A0373
Title: Assessment of case influence in the Lasso with a case-weight adjusted solution path
Authors: Zhenbang Jiao - The Ohio State University (United States) [presenting]
Yoonkyung Lee - Ohio State University (United States)
Abstract: Case influence in the Lasso regression is studied using Cook's distance, which measures the overall change in the fitted values when one observation is deleted. Unlike in ordinary least squares regression, the estimated coefficients in the Lasso do not have a closed form due to the nondifferentiability of the l1 penalty, and neither does Cook's distance. To find the case-deleted Lasso solution without refitting the model, a weight parameter ranging from 1 to 0 is introduced to approach it from the full data solution and generate a solution path indexed by this parameter. It is shown that the solution path is piecewise linear with respect to a simple function of the weight parameter under a fixed penalty.

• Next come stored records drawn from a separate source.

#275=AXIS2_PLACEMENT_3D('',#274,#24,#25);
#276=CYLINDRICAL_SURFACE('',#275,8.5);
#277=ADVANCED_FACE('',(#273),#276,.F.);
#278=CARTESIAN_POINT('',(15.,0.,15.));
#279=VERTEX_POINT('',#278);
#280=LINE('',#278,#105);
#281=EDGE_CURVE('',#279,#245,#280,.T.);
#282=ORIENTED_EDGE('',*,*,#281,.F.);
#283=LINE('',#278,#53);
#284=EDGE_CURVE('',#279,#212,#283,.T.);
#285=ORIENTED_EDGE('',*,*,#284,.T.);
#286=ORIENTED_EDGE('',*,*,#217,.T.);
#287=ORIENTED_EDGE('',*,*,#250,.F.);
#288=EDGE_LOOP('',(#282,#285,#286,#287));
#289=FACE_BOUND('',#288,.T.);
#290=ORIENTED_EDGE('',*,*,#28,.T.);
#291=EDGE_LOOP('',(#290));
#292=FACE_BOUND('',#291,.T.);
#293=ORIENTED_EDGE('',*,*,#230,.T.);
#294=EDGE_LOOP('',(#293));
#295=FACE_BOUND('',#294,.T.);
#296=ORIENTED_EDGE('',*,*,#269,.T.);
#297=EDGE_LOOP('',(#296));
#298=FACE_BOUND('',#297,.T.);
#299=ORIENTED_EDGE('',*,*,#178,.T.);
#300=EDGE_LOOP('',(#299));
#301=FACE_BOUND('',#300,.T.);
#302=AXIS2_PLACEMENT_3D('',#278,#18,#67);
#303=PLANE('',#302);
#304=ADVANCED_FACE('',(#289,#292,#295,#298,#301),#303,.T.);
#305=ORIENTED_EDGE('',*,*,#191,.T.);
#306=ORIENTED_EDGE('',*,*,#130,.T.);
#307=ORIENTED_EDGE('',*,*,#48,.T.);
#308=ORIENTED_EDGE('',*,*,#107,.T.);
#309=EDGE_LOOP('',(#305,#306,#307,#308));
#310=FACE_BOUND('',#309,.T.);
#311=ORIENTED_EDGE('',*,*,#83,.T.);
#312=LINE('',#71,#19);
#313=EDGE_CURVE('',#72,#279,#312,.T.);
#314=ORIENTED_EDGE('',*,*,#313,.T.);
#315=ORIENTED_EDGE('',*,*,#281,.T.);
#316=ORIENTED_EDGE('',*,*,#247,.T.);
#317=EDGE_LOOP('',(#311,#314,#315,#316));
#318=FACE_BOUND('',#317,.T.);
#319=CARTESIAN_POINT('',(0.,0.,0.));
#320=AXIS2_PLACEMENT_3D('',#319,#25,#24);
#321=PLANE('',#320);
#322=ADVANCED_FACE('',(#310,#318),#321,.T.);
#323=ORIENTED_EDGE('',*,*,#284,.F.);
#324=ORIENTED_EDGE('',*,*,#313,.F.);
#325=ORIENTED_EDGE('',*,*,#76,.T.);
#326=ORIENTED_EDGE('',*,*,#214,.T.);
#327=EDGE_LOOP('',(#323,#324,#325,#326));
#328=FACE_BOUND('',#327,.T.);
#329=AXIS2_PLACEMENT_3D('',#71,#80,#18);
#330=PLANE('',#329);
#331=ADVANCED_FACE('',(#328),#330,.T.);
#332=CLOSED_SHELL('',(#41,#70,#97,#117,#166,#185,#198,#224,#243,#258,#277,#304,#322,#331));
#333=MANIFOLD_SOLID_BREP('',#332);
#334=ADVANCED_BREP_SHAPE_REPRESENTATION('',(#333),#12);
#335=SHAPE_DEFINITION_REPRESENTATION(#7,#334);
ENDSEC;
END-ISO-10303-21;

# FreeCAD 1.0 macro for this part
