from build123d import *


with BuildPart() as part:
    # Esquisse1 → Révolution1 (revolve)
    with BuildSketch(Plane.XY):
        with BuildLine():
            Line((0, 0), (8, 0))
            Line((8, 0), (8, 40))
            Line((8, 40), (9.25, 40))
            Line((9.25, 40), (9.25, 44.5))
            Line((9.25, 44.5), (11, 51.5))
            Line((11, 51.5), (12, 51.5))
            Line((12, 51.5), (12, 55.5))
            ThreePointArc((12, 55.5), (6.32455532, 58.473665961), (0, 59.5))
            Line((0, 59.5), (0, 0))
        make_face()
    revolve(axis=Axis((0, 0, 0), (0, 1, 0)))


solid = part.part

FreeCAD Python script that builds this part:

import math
import FreeCAD as App
import Part
import Sketcher

doc = App.newDocument("Part")
body = doc.addObject("PartDesign::Body", "Body")

# Sketch on XY plane
sketch1 = doc.addObject("Sketcher::SketchObject", "Sketch")
body.addObject(sketch1)
sketch1.AttachmentSupport = (doc.XY_Plane, [""])
sketch1.MapMode = "FlatFace"
sketch1.addGeometry(Part.LineSegment(App.Vector(0, 0, 0), App.Vector(8, 0, 0)), False)
sketch1.addGeometry(Part.LineSegment(App.Vector(8, 0, 0), App.Vector(8, 40, 0)), False)
sketch1.addGeometry(Part.LineSegment(App.Vector(8, 40, 0), App.Vector(9.2, 40, 0)), False)
sketch1.addGeometry(Part.LineSegment(App.Vector(9.2, 40, 0), App.Vector(9.2, 44.5, 0)), False)
sketch1.addGeometry(Part.LineSegment(App.Vector(9.2, 44.5, 0), App.Vector(11, 51.5, 0)), False)
sketch1.addGeometry(Part.LineSegment(App.Vector(11, 51.5, 0), App.Vector(12, 51.5, 0)), False)
sketch1.addGeometry(Part.LineSegment(App.Vector(12, 51.5, 0), App.Vector(12, 55.5, 0)), False)
sketch1.addGeometry(Part.ArcOfCircle(Part.Circle(App.Vector(0, 39.5, 0), App.Vector(0, 0, 1), 20), math.radians(53), math.radians(90)), False)
sketch1.addGeometry(Part.LineSegment(App.Vector(0, 59.5, 0), App.Vector(0, 0, 0)), False)
sketch1.addConstraint(Sketcher.Constraint("Coincident", 0, 2, 1, 1))
sketch1.addConstraint(Sketcher.Constraint("Coincident", 1, 2, 2, 1))
sketch1.addConstraint(Sketcher.Constraint("Coincident", 2, 2, 3, 1))
sketch1.addConstraint(Sketcher.Constraint("Coincident", 3, 2, 4, 1))
sketch1.addConstraint(Sketcher.Constraint("Coincident", 4, 2, 5, 1))
sketch1.addConstraint(Sketcher.Constraint("Coincident", 5, 2, 6, 1))
sketch1.addConstraint(Sketcher.Constraint("Coincident", 6, 2, 7, 1))
sketch1.addConstraint(Sketcher.Constraint("Coincident", 7, 2, 8, 1))
sketch1.addConstraint(Sketcher.Constraint("Coincident", 8, 2, 0, 1))
sketch1.addConstraint(Sketcher.Constraint("Horizontal", 0))
sketch1.addConstraint(Sketcher.Constraint("Vertical", 1))
sketch1.addConstraint(Sketcher.Constraint("Horizontal", 2))
sketch1.addConstraint(Sketcher.Constraint("Vertical", 3))
sketch1.addConstraint(Sketcher.Constraint("Horizontal", 5))
sketch1.addConstraint(Sketcher.Constraint("Vertical", 6))
sketch1.addConstraint(Sketcher.Constraint("Vertical", 8))
sketch1.addConstraint(Sketcher.Constraint("Coincident", 8, 2, -1, 1))
sketch1.addConstraint(Sketcher.Constraint("PointOnObject", 7, 3, -2))
sketch1.addConstraint(Sketcher.Constraint("Radius", 7, 20.0))
sketch1.addConstraint(Sketcher.Constraint("DistanceX", 0, 1, 0, 2, 8.0))
sketch1.addConstraint(Sketcher.Constraint("DistanceX", 5, 1, 5, 2, 1.0))
sketch1.addConstraint(Sketcher.Constraint("DistanceY", 1, 1, 1, 2, 40.0))
sketch1.addConstraint(Sketcher.Constraint("DistanceY", 6, 1, 6, 2, 4.0))
sketch1.addConstraint(Sketcher.Constraint("DistanceY", 3, 1, 3, 2, 4.5))
sketch1.addConstraint(Sketcher.Constraint("DistanceY", 8, 2, 8, 1, 59.5))
sketch1.addConstraint(Sketcher.Constraint("DistanceX", -1, 1, 4, 2, 11.0))
sketch1.addConstraint(Sketcher.Constraint("DistanceX", 2, 1, 2, 2, 1.25))
revolution = doc.addObject("PartDesign::Revolution", "Revolution")
body.addObject(revolution)
revolution.Profile = sketch1
revolution.ReferenceAxis = (sketch1, ["V_Axis"])
revolution.Angle = 360

doc.recompute()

The resulting case influence is a function of the penalty and weight parameters, and it becomes Cook's distance when the weight is 0. As the penalty parameter changes, selected variables change, and the magnitude of Cook's distance for the same data point may vary with the subset of variables selected. In addition, a case influence graph is introduced to visualize how the contribution of each data point changes with the penalty parameter. From the graph, influential points can be identified at different levels of penalization and make modeling decisions accordingly. Moreover, it is found that case influence graphs exhibit different patterns between underfitting and overfitting phases, which can provide additional information for model selection.